Because we plan to take on some fostering, we're upgrading Charlemagne from a 24.5" x 18" x 19.5" cage to a much larger one--it's actually a repurposed wardrobe! All of the foster bird candidates right now have shared space with Charlemagne before, and if there are territory disputes we will keep the second cage to separate them.

With all that space, I want to be sure we're furnishing it to be the best home it can be. We already have several 2" wide flat perches, rope perches, and one natural branch (I plan to find more of those for him). I also definitely plan to put a deep tray in the bottom of the cage and fill it with hay and treats for the birds to forage around in, but other than that I'm looking for ideas on things they might like to have.

Charlemagne has a ball with a bell in it now that he occasionally picks at, but mostly he hasn't shown a lot of interest in toys generally. Could I ask the fine folks here to share ideas for toys or other enrichments that doves and pigeons might enjoy?


----------



## cwebster (Dec 11, 2010)

Phoebe loved food holders that required sliding a door open. They are plastic avian enrichment pods available on Ebay. She also loved long wooden shapes with a bell on the end, which she loved to attack and bite. Her favorite toys though we're us.


----------



## Lefty07 (Dec 30, 2009)

"Toys" for doves can sometimes be tricky, because they can be a stimulant for breeding or aggression sometimes. 

For example, hay or sticks can encourage nesting behavior - and for a single female dove, that can lead to endless egg laying - which can be hard on their bodies and very hard to stop. And something like a mirror can sometimes make doves aggressive, especially males, with them thinking there is another bird in their territory.

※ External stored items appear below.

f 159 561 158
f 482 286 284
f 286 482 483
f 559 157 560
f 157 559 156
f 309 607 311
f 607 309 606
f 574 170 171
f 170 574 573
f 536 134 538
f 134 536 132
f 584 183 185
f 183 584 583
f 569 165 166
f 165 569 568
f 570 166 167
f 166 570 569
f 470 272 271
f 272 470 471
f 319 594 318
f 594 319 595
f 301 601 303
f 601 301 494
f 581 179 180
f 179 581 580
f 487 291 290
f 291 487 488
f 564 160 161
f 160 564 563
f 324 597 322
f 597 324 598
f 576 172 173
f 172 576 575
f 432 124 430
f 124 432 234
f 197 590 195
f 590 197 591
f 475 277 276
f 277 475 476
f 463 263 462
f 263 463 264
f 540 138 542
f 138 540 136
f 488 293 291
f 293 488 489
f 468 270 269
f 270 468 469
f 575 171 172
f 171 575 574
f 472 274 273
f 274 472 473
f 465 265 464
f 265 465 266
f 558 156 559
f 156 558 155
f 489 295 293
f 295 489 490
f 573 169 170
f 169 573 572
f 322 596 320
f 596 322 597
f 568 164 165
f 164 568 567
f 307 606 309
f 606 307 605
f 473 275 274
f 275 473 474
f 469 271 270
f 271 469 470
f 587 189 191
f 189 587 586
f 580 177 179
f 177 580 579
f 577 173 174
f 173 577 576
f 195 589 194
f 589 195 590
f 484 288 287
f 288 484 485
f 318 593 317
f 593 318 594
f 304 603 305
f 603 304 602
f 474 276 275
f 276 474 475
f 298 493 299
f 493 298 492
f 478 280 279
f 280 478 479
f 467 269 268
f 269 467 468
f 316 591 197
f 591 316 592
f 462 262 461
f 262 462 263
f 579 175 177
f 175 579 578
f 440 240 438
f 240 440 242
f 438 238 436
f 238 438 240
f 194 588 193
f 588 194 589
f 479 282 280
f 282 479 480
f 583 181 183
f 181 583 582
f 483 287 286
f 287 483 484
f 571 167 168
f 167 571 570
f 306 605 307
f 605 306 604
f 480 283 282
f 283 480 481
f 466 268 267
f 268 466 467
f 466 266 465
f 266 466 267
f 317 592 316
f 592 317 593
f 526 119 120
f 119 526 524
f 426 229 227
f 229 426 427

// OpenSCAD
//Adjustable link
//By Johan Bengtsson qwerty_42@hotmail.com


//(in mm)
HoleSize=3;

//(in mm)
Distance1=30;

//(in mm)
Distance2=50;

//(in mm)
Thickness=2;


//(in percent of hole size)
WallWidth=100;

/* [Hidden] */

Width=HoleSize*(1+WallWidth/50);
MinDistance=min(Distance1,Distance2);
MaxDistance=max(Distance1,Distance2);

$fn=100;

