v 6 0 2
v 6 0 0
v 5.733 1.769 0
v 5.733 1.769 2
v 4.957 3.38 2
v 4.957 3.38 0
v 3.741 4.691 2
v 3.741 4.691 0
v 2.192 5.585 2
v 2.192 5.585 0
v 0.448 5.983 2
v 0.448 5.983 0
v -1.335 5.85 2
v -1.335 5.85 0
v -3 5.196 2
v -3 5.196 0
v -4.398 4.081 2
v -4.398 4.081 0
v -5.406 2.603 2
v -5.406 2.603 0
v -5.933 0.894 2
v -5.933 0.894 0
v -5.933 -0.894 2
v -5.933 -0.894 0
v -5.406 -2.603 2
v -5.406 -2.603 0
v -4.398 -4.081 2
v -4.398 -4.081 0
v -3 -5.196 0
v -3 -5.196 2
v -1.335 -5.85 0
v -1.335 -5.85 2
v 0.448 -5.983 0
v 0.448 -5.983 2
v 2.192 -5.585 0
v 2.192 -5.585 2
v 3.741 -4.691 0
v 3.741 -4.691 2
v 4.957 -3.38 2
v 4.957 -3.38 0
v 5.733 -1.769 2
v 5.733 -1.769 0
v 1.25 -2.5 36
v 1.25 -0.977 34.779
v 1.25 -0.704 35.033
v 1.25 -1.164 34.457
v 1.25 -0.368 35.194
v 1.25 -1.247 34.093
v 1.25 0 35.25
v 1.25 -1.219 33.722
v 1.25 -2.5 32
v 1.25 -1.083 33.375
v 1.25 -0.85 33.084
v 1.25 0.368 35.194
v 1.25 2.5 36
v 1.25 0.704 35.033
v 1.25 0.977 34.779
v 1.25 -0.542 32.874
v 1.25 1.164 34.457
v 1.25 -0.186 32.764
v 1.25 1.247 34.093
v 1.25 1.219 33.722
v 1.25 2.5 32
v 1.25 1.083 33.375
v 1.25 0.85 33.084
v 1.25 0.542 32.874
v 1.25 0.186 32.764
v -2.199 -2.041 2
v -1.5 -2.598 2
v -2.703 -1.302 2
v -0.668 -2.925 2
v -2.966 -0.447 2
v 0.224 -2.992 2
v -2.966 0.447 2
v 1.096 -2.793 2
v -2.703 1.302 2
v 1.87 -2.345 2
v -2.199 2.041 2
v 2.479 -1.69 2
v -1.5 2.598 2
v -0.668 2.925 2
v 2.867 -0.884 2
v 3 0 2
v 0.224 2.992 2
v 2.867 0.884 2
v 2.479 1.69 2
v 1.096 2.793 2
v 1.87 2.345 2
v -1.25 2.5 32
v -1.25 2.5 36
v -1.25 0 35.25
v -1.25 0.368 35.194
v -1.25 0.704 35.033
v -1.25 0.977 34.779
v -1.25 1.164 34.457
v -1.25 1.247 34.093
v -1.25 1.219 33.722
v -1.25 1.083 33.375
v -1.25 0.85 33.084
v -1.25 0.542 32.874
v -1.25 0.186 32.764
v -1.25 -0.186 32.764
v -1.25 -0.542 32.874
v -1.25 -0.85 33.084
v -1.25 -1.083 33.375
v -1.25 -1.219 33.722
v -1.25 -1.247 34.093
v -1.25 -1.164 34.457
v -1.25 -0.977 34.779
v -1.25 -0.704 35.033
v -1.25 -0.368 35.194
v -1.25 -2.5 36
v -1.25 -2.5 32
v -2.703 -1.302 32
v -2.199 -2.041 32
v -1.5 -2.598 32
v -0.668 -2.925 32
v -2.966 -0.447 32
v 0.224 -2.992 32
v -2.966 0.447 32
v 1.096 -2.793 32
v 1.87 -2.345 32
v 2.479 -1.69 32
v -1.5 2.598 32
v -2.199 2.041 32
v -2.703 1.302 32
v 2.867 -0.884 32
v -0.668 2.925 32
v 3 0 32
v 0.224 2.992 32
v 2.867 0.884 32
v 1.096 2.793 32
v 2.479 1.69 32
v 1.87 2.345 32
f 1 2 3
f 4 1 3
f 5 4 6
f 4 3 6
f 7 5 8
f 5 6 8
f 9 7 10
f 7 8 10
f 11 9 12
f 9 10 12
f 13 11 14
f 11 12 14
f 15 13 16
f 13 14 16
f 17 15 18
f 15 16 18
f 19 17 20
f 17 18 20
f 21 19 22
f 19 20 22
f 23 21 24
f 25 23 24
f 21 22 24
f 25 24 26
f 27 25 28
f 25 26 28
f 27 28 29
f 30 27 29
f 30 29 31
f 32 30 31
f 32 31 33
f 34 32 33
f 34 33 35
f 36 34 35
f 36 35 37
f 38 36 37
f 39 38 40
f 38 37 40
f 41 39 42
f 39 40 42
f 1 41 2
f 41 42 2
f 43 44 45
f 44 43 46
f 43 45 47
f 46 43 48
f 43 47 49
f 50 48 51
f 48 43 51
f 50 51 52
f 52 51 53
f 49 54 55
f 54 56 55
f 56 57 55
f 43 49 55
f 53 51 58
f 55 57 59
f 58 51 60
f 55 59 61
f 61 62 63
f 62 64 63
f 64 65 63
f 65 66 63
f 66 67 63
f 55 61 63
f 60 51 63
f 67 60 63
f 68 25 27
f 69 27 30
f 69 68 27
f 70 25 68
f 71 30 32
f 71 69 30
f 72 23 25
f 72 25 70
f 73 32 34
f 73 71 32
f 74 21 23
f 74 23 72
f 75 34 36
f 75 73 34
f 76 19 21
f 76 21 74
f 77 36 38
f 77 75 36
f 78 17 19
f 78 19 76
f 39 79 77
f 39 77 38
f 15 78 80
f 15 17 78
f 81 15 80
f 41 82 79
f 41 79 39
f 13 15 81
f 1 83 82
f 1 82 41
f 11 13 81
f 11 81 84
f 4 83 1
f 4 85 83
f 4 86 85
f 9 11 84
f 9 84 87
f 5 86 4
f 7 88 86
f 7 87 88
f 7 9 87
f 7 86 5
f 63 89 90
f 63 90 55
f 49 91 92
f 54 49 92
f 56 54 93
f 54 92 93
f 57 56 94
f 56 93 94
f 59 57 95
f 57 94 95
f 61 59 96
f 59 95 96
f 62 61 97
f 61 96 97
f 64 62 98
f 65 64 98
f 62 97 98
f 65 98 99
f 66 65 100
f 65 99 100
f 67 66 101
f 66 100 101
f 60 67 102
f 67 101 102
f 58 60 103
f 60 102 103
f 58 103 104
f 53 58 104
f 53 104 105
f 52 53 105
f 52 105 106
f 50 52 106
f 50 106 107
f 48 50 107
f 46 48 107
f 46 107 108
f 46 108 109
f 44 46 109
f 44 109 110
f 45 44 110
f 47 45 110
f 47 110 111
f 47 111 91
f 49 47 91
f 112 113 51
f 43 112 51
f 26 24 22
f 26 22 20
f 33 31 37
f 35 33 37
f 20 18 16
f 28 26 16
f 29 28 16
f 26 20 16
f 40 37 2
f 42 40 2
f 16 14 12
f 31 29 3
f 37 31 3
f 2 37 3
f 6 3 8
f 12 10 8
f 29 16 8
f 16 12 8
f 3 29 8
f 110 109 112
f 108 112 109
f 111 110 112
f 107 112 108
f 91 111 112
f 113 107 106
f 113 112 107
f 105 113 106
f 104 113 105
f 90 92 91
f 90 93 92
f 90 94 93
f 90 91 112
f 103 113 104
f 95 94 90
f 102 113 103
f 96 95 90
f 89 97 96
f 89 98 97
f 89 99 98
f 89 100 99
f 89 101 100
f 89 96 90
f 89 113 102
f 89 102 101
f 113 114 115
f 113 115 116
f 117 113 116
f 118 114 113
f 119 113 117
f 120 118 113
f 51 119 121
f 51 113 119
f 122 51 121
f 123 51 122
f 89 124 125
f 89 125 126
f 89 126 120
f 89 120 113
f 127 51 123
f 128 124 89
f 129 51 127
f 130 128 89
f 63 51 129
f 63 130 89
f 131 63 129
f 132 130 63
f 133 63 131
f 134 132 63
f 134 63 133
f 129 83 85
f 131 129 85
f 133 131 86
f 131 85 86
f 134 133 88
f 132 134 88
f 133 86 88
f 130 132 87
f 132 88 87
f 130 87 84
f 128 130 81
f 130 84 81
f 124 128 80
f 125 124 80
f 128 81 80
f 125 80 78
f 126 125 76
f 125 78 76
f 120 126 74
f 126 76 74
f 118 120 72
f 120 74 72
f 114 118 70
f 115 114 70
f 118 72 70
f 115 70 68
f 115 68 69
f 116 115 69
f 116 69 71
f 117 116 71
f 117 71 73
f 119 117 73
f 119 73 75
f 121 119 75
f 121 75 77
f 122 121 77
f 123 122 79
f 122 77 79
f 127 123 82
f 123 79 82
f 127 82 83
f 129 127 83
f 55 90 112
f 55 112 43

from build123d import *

# Parameters (mm, degrees)
SKETCH1_R           = 6
BOSS_EXTRUDE1_DEPTH = 2
SKETCH2_R           = 3
BOSS_EXTRUDE2_DEPTH = 30
SKETCH3_W           = 2.5
SKETCH3_H           = 5
BOSS_EXTRUDE3_DEPTH = 4
CUT_EXTRUDE1_REACH  = 39.21
SKETCH4_R           = 1.25


with BuildPart() as part:
    # Sketch1 → Boss-Extrude1 (new body)
    with BuildSketch(Plane.XY):
        Circle(SKETCH1_R)
    extrude(amount=BOSS_EXTRUDE1_DEPTH)

    # Sketch2 → Boss-Extrude2 (add)
    with BuildSketch(Plane.XY.offset(2)):
        Circle(SKETCH2_R)
    extrude(amount=BOSS_EXTRUDE2_DEPTH)

    # Sketch3 → Boss-Extrude3 (add)
    with BuildSketch(Plane.XY.offset(32)):
        Rectangle(SKETCH3_W, SKETCH3_H)
    extrude(amount=BOSS_EXTRUDE3_DEPTH)

    # Sketch4 → Cut-Extrude1 (cut, up to next)
    with BuildSketch(Plane.ZY.offset(1.25), mode=Mode.PRIVATE) as cut_extrude1_sk1:
        with Locations((34, 0)):
            Circle(SKETCH4_R)
    cut_extrude1_tool1 = extrude(cut_extrude1_sk1.sketch, amount=-CUT_EXTRUDE1_REACH, mode=Mode.PRIVATE) & part.part
    add(cut_extrude1_tool1.solids().sort_by_distance((-1.25, 0, 34))[0], mode=Mode.SUBTRACT)


solid = part.part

The best entertainment for your dove will be if you can let him/her out of the cage to fly around and walk around sometimes. Or letting him/her perch on your arm, feed from your hand, etc. If you are calm and gentle, doves easily become tame and grow to like human company. But avoid stroking or petting him/her, especially on the back, as this is interpreted as "sexual" and can lead to egg laying or other issues.


----------



## myarmcanfly (Nov 30, 2015)

Thanks for the tips, guys! Since my bird is male, I'm not worried about eggs, but he definitely is getting friendlier lately. It took him a good three months to realize no one was going to eat him, but now (seven months in) he'll happily sit on my shoulder and preen even while I'm walking around and doing other things. I'll have to try some foraging toys like the ones you describe, *cwebster*, but it sounds like otherwise he should be in a pretty content space with his daily fly time!


----------



## Hiriki (Oct 17, 2013)

I give my doves a nesting bowl, fake eggs and any toys with strips of paper. They can't shred so it's often a struggle for them to free the paper and nest with it, so I'll help them out sometimes... they also like anything that dangles that they can try to pull at to bring into the nest.

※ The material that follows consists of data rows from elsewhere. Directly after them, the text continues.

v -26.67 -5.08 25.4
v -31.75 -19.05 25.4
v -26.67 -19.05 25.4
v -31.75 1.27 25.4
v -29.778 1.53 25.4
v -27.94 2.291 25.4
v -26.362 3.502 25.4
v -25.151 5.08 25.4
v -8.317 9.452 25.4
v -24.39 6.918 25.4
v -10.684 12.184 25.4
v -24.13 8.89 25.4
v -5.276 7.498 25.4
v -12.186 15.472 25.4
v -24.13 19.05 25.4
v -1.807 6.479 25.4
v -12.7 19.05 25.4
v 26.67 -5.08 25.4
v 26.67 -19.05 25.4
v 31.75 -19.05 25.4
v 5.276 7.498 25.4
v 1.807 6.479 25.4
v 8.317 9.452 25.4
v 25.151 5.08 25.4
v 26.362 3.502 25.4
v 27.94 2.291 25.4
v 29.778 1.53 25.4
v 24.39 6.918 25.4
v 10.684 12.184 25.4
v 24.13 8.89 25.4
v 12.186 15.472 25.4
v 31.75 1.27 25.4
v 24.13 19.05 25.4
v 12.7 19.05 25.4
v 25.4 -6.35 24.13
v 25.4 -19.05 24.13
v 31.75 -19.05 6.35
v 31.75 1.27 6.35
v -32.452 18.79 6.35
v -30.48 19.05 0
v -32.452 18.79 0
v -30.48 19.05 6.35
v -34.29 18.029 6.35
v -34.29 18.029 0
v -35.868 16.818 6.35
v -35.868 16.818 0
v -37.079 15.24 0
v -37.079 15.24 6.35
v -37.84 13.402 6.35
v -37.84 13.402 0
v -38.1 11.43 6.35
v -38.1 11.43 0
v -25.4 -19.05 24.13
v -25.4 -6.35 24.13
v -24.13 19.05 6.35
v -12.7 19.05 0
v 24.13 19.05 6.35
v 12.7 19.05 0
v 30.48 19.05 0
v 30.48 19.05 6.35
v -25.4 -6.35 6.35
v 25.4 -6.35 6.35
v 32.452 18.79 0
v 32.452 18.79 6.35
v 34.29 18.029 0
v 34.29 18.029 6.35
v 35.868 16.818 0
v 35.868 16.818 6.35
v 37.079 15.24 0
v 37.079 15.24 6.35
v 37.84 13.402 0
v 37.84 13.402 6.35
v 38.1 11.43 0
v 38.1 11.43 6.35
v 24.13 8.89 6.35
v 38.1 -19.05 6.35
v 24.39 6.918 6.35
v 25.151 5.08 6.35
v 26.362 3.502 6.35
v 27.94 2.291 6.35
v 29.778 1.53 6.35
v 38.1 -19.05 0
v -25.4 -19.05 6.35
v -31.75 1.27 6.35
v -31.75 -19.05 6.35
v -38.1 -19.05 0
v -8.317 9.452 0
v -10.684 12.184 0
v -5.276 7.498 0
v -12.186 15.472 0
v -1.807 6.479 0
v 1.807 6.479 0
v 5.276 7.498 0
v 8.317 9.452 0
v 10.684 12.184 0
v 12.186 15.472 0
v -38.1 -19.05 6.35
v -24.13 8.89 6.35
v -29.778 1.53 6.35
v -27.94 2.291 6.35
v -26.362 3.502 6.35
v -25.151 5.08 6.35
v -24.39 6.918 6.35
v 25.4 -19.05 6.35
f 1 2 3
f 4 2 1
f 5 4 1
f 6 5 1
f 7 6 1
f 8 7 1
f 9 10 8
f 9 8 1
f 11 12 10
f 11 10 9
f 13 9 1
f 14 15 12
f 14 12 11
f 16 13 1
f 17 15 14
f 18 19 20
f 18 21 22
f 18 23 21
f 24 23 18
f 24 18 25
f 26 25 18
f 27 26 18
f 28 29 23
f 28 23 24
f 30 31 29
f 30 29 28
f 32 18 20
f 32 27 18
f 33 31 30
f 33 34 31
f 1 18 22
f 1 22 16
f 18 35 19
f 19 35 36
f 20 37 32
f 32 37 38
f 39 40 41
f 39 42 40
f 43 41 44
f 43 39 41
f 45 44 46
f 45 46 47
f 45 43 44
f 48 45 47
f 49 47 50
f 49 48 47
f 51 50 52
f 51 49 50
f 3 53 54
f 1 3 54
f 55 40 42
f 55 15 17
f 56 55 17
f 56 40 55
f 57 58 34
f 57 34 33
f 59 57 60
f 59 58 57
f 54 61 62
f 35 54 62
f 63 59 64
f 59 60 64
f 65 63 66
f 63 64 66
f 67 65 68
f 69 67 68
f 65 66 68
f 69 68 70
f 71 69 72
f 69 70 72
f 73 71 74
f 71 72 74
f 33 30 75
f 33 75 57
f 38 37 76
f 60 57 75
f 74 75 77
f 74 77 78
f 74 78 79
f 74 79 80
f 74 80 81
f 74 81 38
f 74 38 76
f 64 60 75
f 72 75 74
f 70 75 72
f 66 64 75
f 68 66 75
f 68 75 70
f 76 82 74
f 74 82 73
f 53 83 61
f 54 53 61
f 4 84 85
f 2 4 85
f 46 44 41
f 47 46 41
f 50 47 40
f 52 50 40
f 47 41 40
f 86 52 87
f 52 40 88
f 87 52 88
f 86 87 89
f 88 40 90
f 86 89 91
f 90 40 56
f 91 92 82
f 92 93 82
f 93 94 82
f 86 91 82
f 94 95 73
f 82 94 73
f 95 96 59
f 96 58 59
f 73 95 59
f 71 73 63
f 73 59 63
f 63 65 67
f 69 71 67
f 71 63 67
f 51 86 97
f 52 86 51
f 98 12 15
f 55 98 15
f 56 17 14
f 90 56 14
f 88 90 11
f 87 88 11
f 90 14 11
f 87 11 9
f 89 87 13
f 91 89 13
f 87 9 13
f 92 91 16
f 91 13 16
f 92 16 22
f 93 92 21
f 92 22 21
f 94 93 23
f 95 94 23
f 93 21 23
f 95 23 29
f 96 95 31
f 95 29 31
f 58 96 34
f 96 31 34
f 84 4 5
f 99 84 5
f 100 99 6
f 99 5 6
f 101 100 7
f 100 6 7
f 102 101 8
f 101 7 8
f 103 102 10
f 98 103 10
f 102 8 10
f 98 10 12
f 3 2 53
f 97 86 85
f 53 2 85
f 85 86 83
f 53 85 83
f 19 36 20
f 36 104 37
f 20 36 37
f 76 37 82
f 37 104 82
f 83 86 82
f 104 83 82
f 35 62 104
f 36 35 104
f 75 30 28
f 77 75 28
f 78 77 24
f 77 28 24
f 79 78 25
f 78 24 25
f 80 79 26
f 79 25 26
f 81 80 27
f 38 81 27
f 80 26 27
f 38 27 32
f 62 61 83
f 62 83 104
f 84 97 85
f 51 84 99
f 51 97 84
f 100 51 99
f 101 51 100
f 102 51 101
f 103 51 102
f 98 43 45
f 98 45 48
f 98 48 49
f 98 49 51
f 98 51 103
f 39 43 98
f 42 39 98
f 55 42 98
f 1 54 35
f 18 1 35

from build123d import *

# Parameters (mm, degrees)
F0_W     = 76.2
F0_H     = 38.1
F1_DEPTH = 6.35
F3_DEPTH = 19.05
F5_DEPTH = 25.401
F6_W     = 7.62
F6_H     = 10.16
F7_DEPTH = 19.05
F8_SIZE  = 1.27
F9_R     = 7.62


with BuildPart() as f1:
    # F0 (on Top) → F1 (new body)
    with BuildSketch(Plane.XY):
        Rectangle(F0_W, F0_H)
    extrude(amount=F1_DEPTH)

    # F2 (on face) → F3 (join)
    with BuildSketch(Plane.XY.offset(6.35)):
        Polygon((31.75, 19.05), (-31.75, 19.05), (-31.75, -19.05), (-25.4, -19.05), (-25.4, -6.35), (25.4, -6.35), (25.4, -19.05), (31.75, -19.05), align=None)
    extrude(amount=F3_DEPTH)

    # F4 (on face) → F5 (cut, through all)
    with BuildSketch(Plane.XY.offset(25.4)):
        with BuildLine():
            ThreePointArc((-12.7, 19.05), (0, 6.35), (12.7, 19.05))
            Line((12.7, 19.05), (-12.7, 19.05))
        make_face()
    extrude(amount=-F5_DEPTH, mode=Mode.SUBTRACT)

    # F6 (on face) → F7 (cut, through all)
    with BuildSketch(Plane.XY.offset(25.4)):
        with BuildLine():
            Line((31.75, 1.27), (31.75, 8.89))
            Line((31.75, 8.89), (24.13, 8.89))
            ThreePointArc((24.13, 8.89), (26.3618463274, 3.5018463274), (31.75, 1.27))
        make_face()
        with Locations((27.94, 13.97)):
            Rectangle(F6_W, F6_H)
        with BuildLine():
            Line((-24.13, 8.89), (-24.13, 19.05))
            Line((-24.13, 19.05), (-31.75, 19.05))
            Line((-31.75, 19.05), (-31.75, 1.27))
            ThreePointArc((-31.75, 1.27), (-26.3618463274, 3.5018463274), (-24.13, 8.89))
        make_face()
    extrude(amount=-F7_DEPTH, mode=Mode.SUBTRACT)

    # F8
    f8_edges = [f1.edges().sort_by_distance(p)[0] for p in [
        (-25.4, -12.7, 25.4),
        (0, -6.35, 25.4),
        (25.4, -12.7, 25.4),
    ]]
    chamfer(f8_edges, length=F8_SIZE)

    # F9
    f9_edges = [f1.edges().sort_by_distance(p)[0] for p in [
        (-38.1, 19.05, 3.175),
        (38.1, 19.05, 3.175),
    ]]
    fillet(f9_edges, radius=F9_R)


solid = f1.part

I don't think it's a bad thing to provide things for a nest, even though it'll encourage nesting behavior. Just be sure to check for eggs frequently and learn your pair's nesting pattern. For instance, mine sit on eggs for about three weeks, abandon the nest for a few days, become active, and then lay... rinse, repeat.

Since you only have one... hmm, it might be different, but he might appreciate a little nesting area with paper strips? I know my male dove goes BONKERS over me handing him strips of paper that he can clumsily drag back to the nest. It's hilarious.


----------



## Mytchiko j Mckenzie (Jan 26, 2016)

I got a bell for my pigeon that he seems to like to ring, but be ready for noise!


----------



## cwebster (Dec 11, 2010)

Our pigeons love parakeet toys...mirrors with bells, plastic and wood shapes with bells. Tracy loves those.


----------